Riteish Deshmukh's "Raja Shivaji" has, by far, achieved four major historic milestones. After officially becoming the highest-grossing Marathi film of all time globally, it has become the first Marathi film in history to cross the 100 crore net milestone in India.
1. It passed the long-standing global lifetime record of former number 1 grosser "Sairat" (Rs 110 crore gross) in its third week.
2. It became the first-ever Marathi language film to breach Rs 100 crore net in India, after it crossed Rs 101.40 crore net on Day 24.
3. It became the biggest Marathi-language opener, shattering the regional opening day records by debuting with Rs 11.35 crore to Rs 12.40 crore net on Maharashtra Day.
4. It also became the fastest Marathi film to reach the Rs 50 crore domestic net milestone, hitting it in just one week.
It must be said that the hyper-targeted regional performance of Riteish's film, which he also directed, is outperforming standard Bollywood trajectories. Bollywood operates on significantly higher production budgets (typically Rs 150 – 350 crore) and a wide nationwide multi-language reach.
Comparatively, "Raja Shivaji", with a Rs 101.40 crore domestic net primarily driven by single-state earnings (from Maharashtra), and localised theatre occupancy (averaging nearly 76% in early weeks), matches or beats the density of big-ticket Hindi releases.

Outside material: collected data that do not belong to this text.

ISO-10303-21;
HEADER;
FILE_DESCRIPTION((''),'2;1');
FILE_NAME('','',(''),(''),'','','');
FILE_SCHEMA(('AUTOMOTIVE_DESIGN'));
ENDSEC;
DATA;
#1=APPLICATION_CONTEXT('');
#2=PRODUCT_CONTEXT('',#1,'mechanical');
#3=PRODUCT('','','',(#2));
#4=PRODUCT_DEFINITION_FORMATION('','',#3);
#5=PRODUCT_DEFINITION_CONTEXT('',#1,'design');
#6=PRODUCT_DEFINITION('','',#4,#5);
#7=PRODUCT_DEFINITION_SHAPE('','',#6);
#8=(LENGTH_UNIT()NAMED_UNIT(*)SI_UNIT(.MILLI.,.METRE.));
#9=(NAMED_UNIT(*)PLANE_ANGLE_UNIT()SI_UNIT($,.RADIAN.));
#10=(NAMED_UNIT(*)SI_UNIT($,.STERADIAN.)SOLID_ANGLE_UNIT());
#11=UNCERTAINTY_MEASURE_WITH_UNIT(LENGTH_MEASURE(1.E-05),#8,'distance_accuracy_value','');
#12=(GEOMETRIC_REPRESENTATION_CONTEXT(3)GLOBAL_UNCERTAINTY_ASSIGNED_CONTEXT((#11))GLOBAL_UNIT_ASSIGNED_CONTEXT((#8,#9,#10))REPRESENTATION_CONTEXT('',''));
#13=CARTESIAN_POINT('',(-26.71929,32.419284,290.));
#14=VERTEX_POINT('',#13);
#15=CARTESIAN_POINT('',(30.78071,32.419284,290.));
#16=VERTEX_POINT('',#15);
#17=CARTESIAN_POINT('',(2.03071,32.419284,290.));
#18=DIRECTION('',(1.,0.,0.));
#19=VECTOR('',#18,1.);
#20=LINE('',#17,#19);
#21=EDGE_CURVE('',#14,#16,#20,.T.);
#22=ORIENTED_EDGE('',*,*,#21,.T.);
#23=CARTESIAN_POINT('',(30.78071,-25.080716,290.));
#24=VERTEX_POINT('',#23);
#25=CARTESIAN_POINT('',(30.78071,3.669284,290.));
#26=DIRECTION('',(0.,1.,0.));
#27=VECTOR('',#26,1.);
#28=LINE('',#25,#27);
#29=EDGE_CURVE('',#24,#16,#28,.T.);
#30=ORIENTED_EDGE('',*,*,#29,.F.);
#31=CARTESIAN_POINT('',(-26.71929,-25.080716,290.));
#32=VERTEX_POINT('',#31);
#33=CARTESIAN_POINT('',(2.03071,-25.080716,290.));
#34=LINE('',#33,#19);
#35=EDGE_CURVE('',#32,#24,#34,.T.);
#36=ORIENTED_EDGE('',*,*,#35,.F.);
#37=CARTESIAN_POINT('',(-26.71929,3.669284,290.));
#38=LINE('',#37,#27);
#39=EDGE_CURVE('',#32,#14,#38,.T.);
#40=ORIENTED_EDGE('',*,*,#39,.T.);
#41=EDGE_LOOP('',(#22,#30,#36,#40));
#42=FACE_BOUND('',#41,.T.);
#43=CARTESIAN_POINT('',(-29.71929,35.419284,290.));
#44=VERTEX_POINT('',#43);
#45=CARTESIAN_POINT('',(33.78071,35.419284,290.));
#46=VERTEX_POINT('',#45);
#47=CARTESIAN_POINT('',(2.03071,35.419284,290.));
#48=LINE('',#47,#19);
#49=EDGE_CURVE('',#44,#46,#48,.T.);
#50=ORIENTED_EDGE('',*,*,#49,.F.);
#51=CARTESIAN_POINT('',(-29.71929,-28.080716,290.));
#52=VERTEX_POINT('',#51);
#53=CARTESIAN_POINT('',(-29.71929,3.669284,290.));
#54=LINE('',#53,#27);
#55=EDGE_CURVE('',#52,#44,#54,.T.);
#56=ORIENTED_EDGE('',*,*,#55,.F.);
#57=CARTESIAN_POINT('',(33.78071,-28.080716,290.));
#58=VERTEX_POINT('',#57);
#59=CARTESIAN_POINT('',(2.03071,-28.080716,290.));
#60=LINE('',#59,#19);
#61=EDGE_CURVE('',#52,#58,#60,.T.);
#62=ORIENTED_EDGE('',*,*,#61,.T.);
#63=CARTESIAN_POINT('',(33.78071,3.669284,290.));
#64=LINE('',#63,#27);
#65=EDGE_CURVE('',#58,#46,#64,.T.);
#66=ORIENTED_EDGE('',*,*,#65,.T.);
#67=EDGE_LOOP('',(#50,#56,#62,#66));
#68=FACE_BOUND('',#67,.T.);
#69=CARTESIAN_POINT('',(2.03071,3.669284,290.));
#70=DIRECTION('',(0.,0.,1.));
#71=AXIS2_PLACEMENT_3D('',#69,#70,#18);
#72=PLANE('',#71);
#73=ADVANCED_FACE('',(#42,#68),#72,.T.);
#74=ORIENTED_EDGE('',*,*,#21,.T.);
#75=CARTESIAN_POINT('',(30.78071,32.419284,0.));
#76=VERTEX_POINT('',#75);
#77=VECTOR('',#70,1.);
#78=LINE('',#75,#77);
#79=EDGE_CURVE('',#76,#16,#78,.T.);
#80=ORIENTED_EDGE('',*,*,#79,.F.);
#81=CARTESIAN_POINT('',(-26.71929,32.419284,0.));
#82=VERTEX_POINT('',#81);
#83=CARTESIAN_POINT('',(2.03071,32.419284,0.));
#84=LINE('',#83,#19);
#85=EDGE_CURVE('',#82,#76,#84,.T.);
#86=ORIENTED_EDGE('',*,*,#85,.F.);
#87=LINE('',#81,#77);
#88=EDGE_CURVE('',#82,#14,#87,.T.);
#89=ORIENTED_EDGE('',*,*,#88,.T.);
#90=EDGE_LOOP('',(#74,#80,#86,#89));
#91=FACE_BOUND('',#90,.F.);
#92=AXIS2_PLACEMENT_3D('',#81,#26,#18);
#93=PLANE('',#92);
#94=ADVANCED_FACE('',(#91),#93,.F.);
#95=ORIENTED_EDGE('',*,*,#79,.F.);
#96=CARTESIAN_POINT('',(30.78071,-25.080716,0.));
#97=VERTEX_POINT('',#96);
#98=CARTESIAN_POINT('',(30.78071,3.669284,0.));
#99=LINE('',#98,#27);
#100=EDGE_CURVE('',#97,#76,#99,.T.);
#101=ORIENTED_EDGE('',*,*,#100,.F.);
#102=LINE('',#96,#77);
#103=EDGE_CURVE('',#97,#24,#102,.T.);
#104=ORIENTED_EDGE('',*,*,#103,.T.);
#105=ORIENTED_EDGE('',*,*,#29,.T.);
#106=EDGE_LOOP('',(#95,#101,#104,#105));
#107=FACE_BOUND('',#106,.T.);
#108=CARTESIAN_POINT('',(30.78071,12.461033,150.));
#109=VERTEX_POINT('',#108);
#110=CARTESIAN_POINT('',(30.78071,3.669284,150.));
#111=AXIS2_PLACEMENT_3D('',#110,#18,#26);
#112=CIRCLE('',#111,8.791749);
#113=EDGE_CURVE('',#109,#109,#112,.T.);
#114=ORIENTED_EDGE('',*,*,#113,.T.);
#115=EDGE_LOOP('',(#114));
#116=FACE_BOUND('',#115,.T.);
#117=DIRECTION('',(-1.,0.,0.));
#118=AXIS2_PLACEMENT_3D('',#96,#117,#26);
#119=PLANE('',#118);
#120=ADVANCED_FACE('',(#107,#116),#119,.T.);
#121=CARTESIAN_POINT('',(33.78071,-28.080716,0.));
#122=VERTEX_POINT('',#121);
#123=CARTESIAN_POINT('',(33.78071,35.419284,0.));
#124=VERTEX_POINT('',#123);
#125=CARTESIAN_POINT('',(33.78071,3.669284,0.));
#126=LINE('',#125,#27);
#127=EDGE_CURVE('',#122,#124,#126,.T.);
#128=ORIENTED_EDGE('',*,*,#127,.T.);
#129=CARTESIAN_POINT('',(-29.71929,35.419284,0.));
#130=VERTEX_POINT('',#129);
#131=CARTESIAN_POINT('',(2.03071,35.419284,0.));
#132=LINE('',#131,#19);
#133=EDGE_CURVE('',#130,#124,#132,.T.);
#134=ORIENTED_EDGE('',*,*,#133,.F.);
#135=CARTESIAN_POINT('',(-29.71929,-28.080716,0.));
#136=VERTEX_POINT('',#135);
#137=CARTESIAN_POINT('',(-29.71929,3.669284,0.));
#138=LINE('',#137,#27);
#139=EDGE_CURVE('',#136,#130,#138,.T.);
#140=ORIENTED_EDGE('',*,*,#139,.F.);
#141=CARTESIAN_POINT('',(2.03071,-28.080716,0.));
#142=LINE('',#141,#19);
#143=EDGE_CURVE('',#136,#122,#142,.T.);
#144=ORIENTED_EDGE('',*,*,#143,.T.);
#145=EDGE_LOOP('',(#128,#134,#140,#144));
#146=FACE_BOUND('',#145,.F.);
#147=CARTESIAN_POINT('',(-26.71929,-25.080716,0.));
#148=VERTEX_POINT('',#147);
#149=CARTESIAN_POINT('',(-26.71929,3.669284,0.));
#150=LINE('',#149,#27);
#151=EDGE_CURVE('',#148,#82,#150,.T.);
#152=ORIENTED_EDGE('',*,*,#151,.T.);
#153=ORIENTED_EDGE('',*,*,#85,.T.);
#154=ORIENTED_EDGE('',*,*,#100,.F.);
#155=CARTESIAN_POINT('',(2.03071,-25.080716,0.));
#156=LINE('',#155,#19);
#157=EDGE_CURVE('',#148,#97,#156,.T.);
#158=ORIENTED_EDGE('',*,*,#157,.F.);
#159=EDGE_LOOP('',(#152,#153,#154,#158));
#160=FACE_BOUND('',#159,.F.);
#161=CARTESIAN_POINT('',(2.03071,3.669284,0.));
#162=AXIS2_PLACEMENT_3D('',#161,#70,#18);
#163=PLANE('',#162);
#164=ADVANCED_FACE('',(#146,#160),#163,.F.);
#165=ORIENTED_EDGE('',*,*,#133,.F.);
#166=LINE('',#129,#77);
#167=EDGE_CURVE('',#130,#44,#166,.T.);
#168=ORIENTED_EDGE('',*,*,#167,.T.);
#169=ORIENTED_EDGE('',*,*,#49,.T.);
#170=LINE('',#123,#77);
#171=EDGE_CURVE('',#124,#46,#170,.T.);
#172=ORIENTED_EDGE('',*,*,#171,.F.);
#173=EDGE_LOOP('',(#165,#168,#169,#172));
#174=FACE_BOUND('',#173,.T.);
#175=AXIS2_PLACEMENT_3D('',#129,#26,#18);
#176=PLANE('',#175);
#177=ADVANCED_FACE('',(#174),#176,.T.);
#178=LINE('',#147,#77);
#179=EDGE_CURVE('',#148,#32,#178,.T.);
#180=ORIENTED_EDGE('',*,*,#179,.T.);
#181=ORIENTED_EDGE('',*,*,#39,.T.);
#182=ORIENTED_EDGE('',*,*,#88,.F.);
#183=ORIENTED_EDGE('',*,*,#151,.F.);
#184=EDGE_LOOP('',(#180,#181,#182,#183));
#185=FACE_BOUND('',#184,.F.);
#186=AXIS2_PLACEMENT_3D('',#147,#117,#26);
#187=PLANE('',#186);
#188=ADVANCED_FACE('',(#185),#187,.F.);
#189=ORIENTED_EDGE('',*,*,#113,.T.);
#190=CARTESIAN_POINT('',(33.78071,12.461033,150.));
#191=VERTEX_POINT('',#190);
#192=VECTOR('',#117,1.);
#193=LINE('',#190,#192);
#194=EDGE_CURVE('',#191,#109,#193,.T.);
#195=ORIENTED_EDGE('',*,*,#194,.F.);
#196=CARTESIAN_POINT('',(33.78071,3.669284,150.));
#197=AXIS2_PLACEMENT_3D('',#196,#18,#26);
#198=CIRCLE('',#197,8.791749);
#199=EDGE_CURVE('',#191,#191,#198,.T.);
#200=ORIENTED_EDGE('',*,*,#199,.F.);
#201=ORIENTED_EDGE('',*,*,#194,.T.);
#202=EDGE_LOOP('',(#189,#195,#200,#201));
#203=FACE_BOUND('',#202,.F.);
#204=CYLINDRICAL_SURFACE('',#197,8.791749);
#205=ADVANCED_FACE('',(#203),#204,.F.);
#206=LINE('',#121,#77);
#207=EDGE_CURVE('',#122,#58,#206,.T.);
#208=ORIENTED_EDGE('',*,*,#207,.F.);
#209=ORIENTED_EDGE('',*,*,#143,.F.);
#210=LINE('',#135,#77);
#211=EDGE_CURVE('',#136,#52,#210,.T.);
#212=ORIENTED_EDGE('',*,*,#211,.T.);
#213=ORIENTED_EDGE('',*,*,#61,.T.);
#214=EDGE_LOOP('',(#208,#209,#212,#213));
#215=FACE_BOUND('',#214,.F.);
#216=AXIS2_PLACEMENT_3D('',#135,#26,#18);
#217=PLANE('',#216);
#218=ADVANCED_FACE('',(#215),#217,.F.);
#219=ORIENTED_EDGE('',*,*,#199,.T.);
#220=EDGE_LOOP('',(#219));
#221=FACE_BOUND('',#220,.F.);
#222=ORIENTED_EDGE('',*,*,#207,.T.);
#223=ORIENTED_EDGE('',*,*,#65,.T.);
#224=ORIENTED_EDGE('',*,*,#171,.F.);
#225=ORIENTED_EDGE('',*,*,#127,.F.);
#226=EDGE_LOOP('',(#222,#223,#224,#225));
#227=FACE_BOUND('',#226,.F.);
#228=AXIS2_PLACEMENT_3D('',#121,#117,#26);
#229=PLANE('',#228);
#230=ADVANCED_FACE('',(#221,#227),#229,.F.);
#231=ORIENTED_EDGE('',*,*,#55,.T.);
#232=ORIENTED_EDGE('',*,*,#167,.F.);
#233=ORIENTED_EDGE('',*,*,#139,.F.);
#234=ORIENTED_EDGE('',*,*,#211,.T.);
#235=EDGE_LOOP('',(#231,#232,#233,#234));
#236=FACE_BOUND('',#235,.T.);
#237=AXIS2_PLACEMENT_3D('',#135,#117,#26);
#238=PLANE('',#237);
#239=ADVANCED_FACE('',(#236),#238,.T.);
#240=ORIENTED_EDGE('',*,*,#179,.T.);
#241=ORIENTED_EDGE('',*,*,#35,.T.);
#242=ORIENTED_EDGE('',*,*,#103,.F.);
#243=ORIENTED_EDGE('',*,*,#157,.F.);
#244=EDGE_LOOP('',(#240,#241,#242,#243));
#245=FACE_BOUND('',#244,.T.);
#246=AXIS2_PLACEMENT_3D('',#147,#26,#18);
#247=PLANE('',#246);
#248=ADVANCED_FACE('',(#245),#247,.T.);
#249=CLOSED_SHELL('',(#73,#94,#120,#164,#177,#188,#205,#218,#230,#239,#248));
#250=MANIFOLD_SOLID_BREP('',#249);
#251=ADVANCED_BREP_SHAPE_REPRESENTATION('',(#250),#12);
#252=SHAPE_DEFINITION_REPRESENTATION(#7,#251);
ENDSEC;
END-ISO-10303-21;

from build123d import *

# Parameters (mm, degrees)
F0_W     = 63.5
F0_H     = 63.5
F0_W_2   = 57.5
F0_H_2   = 57.5
F1_DEPTH = 290
F2_R     = 8.791749
F3_DEPTH = 25


with BuildPart() as f1:
    # F0 (on Top) → F1 (new body)
    with BuildSketch(Plane.XY):
        with Locations((2.03071, 3.669284)):
            Rectangle(F0_W, F0_H)
        with Locations((2.03071, 3.669284)):
            Rectangle(F0_W_2, F0_H_2, mode=Mode.SUBTRACT)
    extrude(amount=F1_DEPTH)

    # F2 (on face) → F3 (cut)
    with BuildSketch(Plane.YZ.offset(33.78071)):
        with Locations((3.669284, 150)):
            Circle(F2_R)
    extrude(amount=-F3_DEPTH, mode=Mode.SUBTRACT)


solid = f1.part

Also, many mainstream Bollywood releases struggle to recover their massive Rs 200+ crore (and above) budgets. "Raja Shivaji", on the other hand, recovered its reported Rs 75 crore budget within 10 days and is currently logging pure profit for the producers.
Released simultaneously in Hindi and Marathi, the film functioned as a mid-tier Bollywood project itself. The Hindi version alone generated over Rs 6.40 crore net within its first two days, demonstrating competitive crossover appeal in the Hindi belt.
However, it was the Marathi original version that generated the highest revenue, bringing in approximately Rs 68 to 70 crore net out of the film's total domestic net collections.